**TASK**
From the data below, return the exact lines starting at the line containing "#20=EDGE_CURVE('',#14,#14,#19,.T.);" and ending at the line containing "#28=CIRCLE('',#27,1.3);", both included, and nothing else.

[Stored data]
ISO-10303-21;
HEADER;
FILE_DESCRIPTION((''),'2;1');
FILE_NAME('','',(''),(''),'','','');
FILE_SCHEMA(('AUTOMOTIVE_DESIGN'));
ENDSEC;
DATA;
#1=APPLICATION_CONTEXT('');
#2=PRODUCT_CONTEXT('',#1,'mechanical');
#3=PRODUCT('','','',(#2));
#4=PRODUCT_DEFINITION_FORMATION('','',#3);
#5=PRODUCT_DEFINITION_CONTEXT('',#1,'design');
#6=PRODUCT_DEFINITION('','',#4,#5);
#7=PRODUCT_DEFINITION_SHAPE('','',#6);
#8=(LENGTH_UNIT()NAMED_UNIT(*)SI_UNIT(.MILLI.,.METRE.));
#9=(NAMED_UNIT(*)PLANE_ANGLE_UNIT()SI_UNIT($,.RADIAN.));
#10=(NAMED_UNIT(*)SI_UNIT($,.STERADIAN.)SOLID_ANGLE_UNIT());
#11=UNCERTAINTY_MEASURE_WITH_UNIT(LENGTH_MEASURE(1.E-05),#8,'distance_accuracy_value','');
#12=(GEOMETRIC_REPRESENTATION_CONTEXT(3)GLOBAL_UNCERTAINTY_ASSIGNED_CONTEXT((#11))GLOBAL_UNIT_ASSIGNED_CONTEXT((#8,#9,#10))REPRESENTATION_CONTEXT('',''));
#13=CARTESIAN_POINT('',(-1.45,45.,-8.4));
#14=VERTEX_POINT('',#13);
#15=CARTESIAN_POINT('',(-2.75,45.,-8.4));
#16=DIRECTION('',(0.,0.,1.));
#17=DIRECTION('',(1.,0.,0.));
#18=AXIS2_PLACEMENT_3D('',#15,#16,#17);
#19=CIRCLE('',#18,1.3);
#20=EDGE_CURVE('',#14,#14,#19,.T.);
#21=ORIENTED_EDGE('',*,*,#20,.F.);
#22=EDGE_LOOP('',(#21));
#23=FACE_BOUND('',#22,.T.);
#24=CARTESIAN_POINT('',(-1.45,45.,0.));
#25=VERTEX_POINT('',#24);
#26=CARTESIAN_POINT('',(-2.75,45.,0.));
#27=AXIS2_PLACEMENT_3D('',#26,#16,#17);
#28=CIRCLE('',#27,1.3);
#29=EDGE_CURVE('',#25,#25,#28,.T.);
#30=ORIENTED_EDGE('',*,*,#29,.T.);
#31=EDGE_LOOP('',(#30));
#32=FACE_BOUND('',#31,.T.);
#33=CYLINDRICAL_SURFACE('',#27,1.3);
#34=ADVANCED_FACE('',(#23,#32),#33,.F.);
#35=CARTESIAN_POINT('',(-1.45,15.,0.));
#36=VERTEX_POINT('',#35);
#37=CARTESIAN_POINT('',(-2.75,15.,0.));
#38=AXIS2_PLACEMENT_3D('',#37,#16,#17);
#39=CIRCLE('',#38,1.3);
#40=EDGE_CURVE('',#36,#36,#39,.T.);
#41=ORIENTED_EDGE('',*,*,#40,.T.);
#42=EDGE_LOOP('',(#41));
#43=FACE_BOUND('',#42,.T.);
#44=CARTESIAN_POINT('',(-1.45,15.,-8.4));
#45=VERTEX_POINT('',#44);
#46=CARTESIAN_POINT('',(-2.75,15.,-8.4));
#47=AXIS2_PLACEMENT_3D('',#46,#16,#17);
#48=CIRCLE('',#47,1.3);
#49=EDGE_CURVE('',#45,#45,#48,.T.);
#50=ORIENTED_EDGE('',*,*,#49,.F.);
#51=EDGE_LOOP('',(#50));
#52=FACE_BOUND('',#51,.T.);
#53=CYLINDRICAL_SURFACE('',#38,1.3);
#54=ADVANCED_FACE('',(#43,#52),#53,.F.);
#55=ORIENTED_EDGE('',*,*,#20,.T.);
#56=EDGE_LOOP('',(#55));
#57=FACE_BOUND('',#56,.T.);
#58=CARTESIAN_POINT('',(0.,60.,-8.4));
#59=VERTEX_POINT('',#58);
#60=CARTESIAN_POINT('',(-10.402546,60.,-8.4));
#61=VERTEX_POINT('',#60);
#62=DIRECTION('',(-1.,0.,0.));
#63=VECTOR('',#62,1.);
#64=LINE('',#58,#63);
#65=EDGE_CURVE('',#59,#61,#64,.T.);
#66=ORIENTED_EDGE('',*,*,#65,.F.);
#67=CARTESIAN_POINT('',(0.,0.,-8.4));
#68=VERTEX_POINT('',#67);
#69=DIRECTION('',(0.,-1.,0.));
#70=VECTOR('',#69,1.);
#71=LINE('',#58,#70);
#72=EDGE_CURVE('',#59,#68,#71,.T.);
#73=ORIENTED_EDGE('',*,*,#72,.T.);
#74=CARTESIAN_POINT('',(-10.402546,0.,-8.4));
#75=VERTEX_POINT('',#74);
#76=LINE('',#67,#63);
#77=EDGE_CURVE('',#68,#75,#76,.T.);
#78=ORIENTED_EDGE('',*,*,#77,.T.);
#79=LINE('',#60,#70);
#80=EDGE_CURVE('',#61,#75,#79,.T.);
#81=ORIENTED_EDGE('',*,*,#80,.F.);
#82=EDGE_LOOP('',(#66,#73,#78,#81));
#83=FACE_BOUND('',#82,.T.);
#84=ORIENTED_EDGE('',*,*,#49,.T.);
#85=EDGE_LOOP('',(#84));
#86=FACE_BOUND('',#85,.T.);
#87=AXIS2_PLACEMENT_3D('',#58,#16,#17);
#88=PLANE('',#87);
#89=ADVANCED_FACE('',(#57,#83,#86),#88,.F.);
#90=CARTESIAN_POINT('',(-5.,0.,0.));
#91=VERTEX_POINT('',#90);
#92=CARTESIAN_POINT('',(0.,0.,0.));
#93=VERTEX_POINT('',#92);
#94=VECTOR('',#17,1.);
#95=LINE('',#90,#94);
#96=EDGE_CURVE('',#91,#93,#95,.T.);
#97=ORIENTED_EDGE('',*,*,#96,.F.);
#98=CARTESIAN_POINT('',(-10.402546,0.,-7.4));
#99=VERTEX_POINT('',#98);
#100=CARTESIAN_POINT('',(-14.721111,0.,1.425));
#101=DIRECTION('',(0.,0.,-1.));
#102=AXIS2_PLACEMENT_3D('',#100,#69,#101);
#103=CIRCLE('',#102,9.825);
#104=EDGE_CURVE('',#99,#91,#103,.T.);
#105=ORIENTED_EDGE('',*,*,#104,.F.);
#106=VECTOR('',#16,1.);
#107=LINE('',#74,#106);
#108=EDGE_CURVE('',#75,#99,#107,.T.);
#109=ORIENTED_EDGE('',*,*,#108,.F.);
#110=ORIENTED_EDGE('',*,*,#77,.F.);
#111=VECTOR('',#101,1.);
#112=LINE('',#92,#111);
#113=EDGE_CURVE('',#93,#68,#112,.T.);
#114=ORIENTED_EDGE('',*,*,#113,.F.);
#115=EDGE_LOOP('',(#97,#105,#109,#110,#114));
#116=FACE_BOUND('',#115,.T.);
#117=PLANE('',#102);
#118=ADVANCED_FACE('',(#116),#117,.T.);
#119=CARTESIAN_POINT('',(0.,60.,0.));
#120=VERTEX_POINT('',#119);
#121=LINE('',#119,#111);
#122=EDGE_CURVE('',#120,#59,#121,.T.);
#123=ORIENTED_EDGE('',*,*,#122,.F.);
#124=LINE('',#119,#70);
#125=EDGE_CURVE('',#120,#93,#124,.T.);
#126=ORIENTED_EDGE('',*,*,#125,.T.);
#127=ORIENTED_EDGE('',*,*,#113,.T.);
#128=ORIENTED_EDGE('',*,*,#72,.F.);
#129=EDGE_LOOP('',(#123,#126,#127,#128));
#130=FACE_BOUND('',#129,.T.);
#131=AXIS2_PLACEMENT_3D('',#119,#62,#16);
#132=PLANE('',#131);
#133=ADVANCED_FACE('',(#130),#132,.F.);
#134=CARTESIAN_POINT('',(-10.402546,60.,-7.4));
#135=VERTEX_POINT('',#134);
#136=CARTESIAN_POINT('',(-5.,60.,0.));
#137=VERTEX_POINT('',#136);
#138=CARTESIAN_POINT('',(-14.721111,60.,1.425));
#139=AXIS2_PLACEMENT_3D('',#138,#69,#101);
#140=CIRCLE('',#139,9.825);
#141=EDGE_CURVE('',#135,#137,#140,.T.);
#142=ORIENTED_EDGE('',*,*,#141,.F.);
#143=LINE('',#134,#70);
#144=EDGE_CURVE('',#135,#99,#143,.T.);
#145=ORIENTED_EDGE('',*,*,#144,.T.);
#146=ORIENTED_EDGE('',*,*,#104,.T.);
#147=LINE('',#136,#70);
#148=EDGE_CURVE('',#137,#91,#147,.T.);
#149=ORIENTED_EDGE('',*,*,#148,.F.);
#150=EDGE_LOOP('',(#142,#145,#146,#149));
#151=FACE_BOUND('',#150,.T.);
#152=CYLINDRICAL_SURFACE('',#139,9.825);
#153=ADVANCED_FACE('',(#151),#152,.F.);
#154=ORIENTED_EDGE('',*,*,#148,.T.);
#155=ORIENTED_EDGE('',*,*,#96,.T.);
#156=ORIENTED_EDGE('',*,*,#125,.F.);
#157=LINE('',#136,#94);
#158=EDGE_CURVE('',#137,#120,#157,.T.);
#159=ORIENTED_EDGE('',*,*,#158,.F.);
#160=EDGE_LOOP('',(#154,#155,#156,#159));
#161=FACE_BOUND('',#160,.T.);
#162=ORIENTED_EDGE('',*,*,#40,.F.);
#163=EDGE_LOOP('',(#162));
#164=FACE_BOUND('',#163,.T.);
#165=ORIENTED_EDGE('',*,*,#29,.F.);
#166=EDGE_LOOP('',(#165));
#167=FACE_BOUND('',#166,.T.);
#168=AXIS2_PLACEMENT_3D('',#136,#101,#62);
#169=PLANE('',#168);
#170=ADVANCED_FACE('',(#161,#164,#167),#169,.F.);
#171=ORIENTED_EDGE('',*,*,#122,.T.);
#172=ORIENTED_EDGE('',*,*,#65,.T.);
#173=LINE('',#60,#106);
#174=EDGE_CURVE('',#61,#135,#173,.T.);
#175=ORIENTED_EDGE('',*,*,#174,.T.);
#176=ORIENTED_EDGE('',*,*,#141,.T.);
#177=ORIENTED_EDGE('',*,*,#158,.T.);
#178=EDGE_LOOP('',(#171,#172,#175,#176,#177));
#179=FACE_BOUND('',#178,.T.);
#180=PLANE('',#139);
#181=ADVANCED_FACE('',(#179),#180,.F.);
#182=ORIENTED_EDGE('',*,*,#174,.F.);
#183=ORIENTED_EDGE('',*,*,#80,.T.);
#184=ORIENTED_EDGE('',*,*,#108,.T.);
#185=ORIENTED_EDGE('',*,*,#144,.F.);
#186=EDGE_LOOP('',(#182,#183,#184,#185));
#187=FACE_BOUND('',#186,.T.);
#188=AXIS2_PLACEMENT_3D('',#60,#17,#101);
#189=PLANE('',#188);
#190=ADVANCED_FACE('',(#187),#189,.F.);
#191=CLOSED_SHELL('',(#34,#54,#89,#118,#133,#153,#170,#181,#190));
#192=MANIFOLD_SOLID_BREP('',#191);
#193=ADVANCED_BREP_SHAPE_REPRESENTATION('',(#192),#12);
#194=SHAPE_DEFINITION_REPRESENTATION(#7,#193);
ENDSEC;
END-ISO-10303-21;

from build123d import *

# Parameters (mm, degrees)
BOSS_EXTRUDE1_DEPTH        = 60
F_2_6_2_6_DIAMETER_HOLE1_D = 2.6


with BuildPart() as part:
    # Sketch1 → Boss-Extrude1 (new body)
    with BuildSketch(Plane(origin=(0, 0, 0), x_dir=(1, 0, 0), z_dir=(0, 1, 0))):
        with BuildLine():
            Line((0, 0), (0, 8.4))
            Line((0, 8.4), (-10.402546471, 8.4))
            Line((-10.402546471, 8.4), (-10.402546471, 7.4))
            ThreePointArc((-10.402546471, 7.4), (-6.785865437, 4.368315294), (-5, 0))
            Line((-5, 0), (0, 0))
        make_face()
    extrude(amount=BOSS_EXTRUDE1_DEPTH)

    # Ø2.6 (2.6) Diameter Hole1 (through all)
    with Locations(Plane(origin=(-2.75, 45, 0), x_dir=(1, 0, 0), z_dir=(0, 0, 1))):
        with Locations((0, 0), (0, -30)):
            Hole(F_2_6_2_6_DIAMETER_HOLE1_D / 2)


solid = part.part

**SOLUTION**
#20=EDGE_CURVE('',#14,#14,#19,.T.);
#21=ORIENTED_EDGE('',*,*,#20,.F.);
#22=EDGE_LOOP('',(#21));
#23=FACE_BOUND('',#22,.T.);
#24=CARTESIAN_POINT('',(-1.45,45.,0.));
#25=VERTEX_POINT('',#24);
#26=CARTESIAN_POINT('',(-2.75,45.,0.));
#27=AXIS2_PLACEMENT_3D('',#26,#16,#17);
#28=CIRCLE('',#27,1.3);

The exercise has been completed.